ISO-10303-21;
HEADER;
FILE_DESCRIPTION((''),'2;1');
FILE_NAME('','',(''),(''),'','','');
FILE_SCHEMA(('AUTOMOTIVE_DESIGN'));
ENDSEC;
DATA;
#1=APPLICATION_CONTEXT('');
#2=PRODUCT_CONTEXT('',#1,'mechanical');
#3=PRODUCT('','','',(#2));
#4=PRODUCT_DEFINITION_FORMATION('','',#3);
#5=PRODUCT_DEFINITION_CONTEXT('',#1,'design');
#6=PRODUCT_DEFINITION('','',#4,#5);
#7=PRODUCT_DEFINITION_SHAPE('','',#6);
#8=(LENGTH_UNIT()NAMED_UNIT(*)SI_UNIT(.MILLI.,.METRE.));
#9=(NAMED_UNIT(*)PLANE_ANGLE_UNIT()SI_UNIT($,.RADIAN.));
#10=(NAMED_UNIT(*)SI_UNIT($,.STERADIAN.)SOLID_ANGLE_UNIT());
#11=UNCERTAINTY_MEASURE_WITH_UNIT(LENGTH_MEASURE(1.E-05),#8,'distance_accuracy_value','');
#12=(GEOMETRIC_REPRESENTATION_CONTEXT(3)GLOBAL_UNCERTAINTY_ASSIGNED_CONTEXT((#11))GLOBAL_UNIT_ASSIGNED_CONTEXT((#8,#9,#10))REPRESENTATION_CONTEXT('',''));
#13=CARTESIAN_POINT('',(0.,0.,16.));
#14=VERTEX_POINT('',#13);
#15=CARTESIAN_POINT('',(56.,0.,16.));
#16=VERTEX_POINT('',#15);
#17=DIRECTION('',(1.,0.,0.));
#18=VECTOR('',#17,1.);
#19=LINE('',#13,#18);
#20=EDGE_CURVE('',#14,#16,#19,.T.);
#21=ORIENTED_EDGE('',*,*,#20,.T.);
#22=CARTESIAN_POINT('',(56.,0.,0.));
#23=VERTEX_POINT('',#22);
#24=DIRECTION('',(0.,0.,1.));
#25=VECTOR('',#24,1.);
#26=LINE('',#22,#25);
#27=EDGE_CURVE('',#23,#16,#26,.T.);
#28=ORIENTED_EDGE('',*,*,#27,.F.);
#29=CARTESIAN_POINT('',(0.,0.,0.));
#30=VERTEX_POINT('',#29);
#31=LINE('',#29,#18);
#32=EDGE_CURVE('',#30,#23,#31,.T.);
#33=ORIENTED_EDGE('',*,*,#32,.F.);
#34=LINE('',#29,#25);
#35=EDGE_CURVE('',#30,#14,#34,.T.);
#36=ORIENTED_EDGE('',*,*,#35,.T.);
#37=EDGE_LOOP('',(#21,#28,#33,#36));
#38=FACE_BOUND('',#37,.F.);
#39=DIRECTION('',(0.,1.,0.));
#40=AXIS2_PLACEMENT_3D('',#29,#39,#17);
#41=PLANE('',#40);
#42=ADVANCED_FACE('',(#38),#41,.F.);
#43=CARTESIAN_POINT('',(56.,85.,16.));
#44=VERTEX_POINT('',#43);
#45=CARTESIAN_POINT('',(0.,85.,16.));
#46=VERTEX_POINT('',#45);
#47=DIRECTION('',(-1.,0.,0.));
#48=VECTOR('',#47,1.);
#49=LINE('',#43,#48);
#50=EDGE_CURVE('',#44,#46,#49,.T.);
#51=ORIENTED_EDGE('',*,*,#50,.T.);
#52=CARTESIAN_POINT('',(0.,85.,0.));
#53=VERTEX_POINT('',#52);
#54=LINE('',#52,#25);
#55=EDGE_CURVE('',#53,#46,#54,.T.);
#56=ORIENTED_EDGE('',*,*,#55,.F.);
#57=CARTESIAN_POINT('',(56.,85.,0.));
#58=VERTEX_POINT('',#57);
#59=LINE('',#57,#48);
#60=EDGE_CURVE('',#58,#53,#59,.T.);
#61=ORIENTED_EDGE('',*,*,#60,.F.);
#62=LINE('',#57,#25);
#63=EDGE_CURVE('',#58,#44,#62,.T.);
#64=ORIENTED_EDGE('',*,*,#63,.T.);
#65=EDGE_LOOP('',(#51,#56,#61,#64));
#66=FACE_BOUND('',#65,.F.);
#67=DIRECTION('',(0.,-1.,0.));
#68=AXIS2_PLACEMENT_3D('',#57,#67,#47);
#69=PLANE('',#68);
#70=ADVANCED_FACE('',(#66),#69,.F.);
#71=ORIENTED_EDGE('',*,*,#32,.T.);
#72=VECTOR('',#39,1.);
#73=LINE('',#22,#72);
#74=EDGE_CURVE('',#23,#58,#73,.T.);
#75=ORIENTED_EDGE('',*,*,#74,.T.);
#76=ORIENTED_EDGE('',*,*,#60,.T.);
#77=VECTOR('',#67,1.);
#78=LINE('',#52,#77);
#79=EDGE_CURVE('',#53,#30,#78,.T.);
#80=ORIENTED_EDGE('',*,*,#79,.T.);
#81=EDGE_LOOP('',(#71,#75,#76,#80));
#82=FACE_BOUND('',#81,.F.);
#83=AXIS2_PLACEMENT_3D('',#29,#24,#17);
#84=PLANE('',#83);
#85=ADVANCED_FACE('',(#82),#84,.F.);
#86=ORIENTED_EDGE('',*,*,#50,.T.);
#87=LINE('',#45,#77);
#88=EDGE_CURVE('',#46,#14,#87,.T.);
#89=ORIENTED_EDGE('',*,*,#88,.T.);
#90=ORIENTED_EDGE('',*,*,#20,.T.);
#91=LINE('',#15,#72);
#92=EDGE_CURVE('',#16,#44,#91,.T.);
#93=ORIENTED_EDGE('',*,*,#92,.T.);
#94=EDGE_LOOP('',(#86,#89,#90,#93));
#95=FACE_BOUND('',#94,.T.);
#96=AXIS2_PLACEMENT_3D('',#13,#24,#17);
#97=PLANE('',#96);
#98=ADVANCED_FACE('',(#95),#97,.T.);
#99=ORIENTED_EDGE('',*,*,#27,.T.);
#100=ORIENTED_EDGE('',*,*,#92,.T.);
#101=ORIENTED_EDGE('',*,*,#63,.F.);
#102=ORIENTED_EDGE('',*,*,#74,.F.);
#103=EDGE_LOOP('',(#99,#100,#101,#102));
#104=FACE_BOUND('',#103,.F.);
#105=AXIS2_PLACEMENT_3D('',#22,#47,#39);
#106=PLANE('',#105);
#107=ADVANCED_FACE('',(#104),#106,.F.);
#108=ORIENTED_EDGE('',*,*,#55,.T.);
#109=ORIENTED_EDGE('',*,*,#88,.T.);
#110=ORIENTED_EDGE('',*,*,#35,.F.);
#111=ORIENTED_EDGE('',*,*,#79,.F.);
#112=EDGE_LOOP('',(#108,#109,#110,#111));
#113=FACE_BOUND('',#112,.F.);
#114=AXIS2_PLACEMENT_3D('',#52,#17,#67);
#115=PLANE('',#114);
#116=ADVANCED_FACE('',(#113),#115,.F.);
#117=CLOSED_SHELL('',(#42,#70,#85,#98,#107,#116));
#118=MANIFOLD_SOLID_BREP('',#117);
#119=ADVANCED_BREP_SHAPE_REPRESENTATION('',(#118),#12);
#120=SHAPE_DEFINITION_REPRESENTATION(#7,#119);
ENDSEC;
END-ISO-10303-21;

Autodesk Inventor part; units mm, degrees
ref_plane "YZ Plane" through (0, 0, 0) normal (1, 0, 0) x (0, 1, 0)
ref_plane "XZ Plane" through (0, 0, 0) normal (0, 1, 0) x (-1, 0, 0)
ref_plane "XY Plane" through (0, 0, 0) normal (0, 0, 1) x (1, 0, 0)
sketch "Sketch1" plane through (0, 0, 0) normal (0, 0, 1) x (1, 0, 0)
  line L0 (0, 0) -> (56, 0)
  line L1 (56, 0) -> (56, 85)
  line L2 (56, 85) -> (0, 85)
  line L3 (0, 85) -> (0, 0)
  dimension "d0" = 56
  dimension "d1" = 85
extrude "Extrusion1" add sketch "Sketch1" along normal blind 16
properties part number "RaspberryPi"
====
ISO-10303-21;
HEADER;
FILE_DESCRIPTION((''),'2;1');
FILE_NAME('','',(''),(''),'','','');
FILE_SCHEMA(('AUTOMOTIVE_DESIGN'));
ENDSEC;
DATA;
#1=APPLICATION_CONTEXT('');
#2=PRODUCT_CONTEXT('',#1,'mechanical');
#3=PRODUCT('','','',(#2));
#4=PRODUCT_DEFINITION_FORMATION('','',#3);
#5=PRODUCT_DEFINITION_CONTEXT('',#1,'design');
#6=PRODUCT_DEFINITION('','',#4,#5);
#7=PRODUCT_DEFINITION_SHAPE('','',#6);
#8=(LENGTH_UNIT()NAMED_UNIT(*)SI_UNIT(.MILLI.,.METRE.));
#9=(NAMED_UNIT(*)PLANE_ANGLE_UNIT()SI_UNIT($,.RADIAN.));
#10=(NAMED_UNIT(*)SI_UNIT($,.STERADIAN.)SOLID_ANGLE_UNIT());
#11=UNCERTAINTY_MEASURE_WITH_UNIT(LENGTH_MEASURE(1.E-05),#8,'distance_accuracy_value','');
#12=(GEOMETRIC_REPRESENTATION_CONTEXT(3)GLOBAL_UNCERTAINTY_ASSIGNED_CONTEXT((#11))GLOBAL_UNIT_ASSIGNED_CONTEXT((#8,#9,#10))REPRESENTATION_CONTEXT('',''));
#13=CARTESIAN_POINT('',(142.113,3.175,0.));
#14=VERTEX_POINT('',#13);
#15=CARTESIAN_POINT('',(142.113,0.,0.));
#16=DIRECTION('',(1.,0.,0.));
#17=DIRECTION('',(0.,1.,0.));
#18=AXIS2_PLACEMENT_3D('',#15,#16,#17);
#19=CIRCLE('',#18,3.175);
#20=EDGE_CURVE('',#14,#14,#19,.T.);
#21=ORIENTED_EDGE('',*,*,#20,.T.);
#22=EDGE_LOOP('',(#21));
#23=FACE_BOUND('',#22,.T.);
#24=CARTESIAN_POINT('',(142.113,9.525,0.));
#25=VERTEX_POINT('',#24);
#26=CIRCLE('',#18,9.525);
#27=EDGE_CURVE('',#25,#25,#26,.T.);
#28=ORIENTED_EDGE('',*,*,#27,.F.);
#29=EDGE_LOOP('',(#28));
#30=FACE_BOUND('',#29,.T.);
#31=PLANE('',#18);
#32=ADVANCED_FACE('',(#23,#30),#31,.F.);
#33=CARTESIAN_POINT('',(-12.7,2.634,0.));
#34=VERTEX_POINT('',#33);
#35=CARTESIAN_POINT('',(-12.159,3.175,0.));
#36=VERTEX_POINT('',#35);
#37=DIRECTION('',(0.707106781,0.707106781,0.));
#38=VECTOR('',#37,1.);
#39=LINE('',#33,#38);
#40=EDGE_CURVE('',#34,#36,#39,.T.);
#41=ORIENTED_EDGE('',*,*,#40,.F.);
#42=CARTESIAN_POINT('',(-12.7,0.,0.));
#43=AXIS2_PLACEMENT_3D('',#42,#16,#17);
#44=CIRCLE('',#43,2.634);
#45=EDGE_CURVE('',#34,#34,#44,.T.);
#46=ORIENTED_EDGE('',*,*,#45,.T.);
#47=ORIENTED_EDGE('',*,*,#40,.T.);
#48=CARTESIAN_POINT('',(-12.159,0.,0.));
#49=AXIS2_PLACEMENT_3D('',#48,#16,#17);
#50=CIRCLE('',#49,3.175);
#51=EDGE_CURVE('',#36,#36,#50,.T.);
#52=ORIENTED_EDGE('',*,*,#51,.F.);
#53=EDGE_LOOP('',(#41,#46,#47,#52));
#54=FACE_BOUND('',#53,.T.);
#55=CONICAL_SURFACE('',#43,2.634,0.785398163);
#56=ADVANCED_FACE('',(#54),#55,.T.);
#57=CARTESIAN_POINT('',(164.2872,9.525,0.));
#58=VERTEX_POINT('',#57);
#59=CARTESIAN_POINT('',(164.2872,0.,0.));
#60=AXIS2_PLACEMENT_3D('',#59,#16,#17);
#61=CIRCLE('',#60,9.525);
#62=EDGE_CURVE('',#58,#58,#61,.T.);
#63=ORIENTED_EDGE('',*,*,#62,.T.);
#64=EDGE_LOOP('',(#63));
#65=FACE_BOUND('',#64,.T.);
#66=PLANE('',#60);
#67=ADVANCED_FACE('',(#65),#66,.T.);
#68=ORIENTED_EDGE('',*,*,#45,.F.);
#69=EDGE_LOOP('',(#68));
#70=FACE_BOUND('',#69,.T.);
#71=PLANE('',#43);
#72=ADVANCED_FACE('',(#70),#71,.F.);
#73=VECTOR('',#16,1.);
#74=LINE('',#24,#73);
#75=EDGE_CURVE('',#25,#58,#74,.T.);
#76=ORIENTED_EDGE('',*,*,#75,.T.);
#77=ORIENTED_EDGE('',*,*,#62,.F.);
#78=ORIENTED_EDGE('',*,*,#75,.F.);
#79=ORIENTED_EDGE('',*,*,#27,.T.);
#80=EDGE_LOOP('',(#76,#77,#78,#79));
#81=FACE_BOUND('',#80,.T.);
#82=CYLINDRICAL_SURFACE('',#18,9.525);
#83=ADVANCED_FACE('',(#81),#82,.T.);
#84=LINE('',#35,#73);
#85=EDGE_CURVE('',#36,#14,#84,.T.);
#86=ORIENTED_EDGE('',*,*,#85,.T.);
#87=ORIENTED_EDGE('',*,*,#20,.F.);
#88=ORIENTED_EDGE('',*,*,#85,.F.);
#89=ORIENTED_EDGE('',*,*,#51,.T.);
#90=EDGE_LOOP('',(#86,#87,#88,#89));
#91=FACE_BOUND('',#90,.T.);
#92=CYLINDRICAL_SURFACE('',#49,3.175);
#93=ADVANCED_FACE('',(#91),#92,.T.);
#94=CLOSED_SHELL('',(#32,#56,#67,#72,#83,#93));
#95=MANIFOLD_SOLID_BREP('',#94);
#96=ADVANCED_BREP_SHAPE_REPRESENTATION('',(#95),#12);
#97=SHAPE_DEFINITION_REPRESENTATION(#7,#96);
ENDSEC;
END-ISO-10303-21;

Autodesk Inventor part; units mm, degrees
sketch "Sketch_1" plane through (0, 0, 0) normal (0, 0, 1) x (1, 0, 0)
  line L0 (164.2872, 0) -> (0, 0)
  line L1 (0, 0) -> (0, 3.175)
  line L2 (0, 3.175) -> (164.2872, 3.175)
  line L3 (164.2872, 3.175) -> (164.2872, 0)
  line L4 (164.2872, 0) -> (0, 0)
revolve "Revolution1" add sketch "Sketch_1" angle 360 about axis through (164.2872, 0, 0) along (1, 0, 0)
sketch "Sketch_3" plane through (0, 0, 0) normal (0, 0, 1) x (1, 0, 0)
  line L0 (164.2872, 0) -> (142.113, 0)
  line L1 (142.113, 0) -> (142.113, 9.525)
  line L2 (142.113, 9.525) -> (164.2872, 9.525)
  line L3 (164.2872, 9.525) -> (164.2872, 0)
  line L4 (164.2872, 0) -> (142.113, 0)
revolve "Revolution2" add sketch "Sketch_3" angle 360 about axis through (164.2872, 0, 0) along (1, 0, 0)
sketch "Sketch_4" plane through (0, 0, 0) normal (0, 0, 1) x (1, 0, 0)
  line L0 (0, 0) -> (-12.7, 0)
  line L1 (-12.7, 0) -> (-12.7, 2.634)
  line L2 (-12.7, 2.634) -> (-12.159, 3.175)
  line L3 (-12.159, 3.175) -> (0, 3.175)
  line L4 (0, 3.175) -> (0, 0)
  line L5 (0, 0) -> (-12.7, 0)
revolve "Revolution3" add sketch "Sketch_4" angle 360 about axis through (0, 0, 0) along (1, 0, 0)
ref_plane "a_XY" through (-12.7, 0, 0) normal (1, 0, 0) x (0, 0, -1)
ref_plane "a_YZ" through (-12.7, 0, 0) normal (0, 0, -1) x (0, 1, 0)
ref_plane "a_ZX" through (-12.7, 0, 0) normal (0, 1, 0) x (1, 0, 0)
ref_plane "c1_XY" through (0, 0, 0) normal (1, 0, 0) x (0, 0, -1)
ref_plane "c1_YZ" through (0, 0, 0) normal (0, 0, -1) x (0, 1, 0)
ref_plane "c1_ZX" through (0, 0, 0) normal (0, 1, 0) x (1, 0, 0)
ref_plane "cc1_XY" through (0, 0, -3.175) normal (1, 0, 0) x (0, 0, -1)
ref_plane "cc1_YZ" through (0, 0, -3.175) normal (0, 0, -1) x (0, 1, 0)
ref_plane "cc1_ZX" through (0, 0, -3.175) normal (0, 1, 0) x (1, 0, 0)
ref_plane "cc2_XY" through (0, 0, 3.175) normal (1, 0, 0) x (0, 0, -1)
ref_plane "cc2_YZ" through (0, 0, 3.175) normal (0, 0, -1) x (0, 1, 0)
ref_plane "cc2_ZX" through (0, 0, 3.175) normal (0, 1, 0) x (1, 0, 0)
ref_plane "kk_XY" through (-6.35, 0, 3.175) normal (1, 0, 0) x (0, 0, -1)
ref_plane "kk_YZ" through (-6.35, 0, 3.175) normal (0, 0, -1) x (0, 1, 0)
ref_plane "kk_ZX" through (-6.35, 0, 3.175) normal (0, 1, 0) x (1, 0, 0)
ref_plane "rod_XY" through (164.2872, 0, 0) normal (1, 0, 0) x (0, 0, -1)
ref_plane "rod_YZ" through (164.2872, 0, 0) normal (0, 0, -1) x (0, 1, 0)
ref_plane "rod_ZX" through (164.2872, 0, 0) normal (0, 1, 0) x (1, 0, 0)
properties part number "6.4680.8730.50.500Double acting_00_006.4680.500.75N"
====
§ **Activity**: Write out exactly the lines that fall from the line with "#32=ADVANCED_FACE('',(#23,#30),#31,.F.);" to the line with "#41=ORIENTED_EDGE('',*,*,#40,.F.);" in the records above, keeping both ends.

§ **Answer to this exercise**:
#32=ADVANCED_FACE('',(#23,#30),#31,.F.);
#33=CARTESIAN_POINT('',(-12.7,2.634,0.));
#34=VERTEX_POINT('',#33);
#35=CARTESIAN_POINT('',(-12.159,3.175,0.));
#36=VERTEX_POINT('',#35);
#37=DIRECTION('',(0.707106781,0.707106781,0.));
#38=VECTOR('',#37,1.);
#39=LINE('',#33,#38);
#40=EDGE_CURVE('',#34,#36,#39,.T.);
#41=ORIENTED_EDGE('',*,*,#40,.F.);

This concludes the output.